--- Information supplied ---
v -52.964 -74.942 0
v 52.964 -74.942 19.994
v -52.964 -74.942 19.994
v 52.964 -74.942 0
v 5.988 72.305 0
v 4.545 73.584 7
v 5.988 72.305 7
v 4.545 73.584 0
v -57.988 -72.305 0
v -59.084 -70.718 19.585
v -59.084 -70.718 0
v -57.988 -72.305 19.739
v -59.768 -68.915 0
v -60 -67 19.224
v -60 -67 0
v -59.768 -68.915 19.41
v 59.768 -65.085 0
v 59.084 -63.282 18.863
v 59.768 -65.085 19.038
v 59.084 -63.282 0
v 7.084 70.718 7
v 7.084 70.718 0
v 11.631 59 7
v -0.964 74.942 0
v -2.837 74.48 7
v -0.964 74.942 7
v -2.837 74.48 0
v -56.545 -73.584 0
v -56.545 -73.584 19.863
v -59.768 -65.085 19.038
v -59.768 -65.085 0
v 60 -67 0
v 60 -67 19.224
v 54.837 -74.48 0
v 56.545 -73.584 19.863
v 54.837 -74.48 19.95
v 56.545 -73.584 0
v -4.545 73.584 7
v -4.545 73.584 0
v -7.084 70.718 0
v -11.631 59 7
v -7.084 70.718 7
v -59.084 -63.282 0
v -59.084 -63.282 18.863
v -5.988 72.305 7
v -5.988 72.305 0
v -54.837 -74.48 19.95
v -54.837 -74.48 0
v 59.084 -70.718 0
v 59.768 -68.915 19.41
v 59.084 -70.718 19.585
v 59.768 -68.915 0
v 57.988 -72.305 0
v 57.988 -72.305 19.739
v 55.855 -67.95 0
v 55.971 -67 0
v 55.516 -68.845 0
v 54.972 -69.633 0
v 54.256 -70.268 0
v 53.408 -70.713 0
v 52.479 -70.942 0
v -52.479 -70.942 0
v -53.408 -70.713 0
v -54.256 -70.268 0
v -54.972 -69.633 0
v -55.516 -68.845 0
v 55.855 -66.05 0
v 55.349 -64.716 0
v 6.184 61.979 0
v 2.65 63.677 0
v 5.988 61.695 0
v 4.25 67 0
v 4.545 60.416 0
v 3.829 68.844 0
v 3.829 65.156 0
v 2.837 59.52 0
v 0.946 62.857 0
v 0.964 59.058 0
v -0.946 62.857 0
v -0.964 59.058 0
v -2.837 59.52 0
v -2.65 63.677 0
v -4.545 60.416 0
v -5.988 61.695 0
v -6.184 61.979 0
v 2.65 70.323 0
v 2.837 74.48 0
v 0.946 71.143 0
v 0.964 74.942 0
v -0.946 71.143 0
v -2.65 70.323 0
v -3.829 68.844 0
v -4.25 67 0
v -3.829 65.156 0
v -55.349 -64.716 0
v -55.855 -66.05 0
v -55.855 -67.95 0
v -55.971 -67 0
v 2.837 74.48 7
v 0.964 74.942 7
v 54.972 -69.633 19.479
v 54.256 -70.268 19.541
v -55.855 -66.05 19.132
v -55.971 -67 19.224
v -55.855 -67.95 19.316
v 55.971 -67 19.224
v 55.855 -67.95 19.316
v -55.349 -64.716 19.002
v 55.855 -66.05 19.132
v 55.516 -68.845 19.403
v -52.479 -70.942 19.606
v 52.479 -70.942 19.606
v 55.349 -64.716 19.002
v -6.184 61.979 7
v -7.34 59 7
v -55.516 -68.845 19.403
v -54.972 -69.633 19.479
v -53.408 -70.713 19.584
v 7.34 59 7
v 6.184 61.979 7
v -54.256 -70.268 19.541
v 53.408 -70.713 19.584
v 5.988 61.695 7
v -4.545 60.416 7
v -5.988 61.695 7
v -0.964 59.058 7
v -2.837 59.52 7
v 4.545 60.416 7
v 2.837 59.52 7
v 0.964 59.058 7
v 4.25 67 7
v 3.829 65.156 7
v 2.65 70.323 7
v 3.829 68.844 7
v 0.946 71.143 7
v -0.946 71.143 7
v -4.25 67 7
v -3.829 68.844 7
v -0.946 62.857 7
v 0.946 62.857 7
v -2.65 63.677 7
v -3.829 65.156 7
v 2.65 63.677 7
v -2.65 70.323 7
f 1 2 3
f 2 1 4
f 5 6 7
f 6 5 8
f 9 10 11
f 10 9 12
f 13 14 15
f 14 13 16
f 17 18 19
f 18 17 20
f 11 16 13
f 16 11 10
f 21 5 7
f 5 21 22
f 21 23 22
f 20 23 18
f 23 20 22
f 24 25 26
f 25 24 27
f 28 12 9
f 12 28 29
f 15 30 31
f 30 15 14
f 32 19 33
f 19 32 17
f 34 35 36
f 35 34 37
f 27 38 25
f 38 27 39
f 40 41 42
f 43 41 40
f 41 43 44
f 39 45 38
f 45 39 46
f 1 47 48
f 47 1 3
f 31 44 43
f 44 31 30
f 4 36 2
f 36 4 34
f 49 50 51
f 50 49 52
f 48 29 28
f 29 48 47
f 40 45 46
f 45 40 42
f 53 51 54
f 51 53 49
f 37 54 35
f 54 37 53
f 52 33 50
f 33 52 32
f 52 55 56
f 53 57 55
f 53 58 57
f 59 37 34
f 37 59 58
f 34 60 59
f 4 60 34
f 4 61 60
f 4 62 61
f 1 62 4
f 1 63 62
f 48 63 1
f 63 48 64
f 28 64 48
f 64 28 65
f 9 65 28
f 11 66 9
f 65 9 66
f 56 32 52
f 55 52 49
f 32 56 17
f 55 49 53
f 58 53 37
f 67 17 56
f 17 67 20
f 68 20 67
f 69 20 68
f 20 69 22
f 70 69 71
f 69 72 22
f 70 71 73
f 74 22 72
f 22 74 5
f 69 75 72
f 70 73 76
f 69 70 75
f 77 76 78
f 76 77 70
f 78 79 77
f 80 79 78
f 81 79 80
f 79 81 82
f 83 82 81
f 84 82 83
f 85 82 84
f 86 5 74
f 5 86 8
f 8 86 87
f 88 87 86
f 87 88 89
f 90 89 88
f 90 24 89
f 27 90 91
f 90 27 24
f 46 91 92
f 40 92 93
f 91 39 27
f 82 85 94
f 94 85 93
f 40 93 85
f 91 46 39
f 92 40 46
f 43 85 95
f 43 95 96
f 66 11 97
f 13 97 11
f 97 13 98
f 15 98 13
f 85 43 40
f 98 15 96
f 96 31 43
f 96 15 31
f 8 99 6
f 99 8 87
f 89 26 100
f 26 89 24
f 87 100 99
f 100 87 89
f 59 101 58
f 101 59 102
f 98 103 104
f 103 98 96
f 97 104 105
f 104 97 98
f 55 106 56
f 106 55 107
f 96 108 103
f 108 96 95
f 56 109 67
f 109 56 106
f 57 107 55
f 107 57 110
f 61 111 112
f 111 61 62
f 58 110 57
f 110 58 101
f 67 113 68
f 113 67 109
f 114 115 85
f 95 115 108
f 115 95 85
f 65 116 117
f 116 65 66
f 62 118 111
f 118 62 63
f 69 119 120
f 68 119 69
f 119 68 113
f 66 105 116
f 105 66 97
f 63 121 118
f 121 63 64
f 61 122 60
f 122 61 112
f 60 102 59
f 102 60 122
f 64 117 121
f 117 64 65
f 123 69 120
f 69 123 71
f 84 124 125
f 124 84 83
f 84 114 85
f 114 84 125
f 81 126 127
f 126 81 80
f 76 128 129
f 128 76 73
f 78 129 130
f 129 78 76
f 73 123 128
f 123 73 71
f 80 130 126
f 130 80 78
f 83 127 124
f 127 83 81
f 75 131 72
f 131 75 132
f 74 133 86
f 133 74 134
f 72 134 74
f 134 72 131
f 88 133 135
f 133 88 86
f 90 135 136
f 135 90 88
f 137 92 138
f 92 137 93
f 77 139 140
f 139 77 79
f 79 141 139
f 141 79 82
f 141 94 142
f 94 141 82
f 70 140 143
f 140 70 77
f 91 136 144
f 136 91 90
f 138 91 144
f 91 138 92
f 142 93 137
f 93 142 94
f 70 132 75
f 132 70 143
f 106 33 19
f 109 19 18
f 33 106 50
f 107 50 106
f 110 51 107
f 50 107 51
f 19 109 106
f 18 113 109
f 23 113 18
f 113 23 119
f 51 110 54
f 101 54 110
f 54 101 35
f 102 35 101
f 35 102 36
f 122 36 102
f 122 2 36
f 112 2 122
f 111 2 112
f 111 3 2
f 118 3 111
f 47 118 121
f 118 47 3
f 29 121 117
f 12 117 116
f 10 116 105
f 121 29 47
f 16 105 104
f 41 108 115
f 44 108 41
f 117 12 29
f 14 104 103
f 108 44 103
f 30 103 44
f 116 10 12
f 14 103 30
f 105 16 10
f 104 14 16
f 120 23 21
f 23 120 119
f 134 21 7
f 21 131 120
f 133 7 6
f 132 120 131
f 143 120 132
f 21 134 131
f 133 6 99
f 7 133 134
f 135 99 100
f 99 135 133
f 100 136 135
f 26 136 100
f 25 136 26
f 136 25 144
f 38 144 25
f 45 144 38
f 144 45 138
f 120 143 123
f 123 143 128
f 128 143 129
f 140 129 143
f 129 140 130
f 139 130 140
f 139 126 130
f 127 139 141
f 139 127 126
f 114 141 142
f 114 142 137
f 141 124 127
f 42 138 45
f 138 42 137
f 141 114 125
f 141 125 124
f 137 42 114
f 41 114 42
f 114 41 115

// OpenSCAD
height = 150;
width = 120;
baseDepth = 20;
topDepth = 7;
wallThickness = 4;
rodDiameter = 8;
rodRadius = (rodDiameter+0.5)/2; // extra .5mm for clearance
cornerRadius = rodDiameter;

module triangle() {
	hull() {
		translate([0, height/2-cornerRadius, 0]) {
			circle(cornerRadius);
		}
		translate([-width/2+cornerRadius, -height/2+cornerRadius, 0]) {
			circle(cornerRadius);
		}
		translate([width/2-cornerRadius, -height/2+cornerRadius, 0]) {
			circle(cornerRadius);
		}
	}
}

difference() {
	union() {
		difference() {
			linear_extrude(baseDepth) {
				triangle();
			}
			translate([0, 0, -1]) {
				linear_extrude(baseDepth+2) {
					offset(-wallThickness) {
						triangle();
					}
				}
			}
		}

		// rod surrounding
		translate([0, height/2-cornerRadius, 0]) {
			cylinder(baseDepth, cornerRadius, cornerRadius);
		}
	}

	// rod hole
	translate([0, height/2-cornerRadius, -1]) {
		cylinder(baseDepth+2, rodRadius, rodRadius);
	}

	translate([-width/2, -height/2, baseDepth]) {
		rotate([-atan((baseDepth-topDepth)/(height-cornerRadius*2)), 0, 0]) {
			cube([width, sqrt(pow(baseDepth-topDepth, 2) + pow(height-cornerRadius*2, 2)), baseDepth]);
		}
	}
	translate([-cornerRadius*2, height/2-cornerRadius*2, topDepth]) {
		cube([cornerRadius*4, cornerRadius*2, baseDepth]);
	}
}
---
▶ **What needs to be done**: The range runs from the line with "v 54.256 -70.268 19.541" up to and including the line with "v -5.988 61.695 7" in the listing above; please write out exactly those lines and nothing more.

▶ **Answer box**:
v 54.256 -70.268 19.541
v -55.855 -66.05 19.132
v -55.971 -67 19.224
v -55.855 -67.95 19.316
v 55.971 -67 19.224
v 55.855 -67.95 19.316
v -55.349 -64.716 19.002
v 55.855 -66.05 19.132
v 55.516 -68.845 19.403
v -52.479 -70.942 19.606
v 52.479 -70.942 19.606
v 55.349 -64.716 19.002
v -6.184 61.979 7
v -7.34 59 7
v -55.516 -68.845 19.403
v -54.972 -69.633 19.479
v -53.408 -70.713 19.584
v 7.34 59 7
v 6.184 61.979 7
v -54.256 -70.268 19.541
v 53.408 -70.713 19.584
v 5.988 61.695 7
v -4.545 60.416 7
v -5.988 61.695 7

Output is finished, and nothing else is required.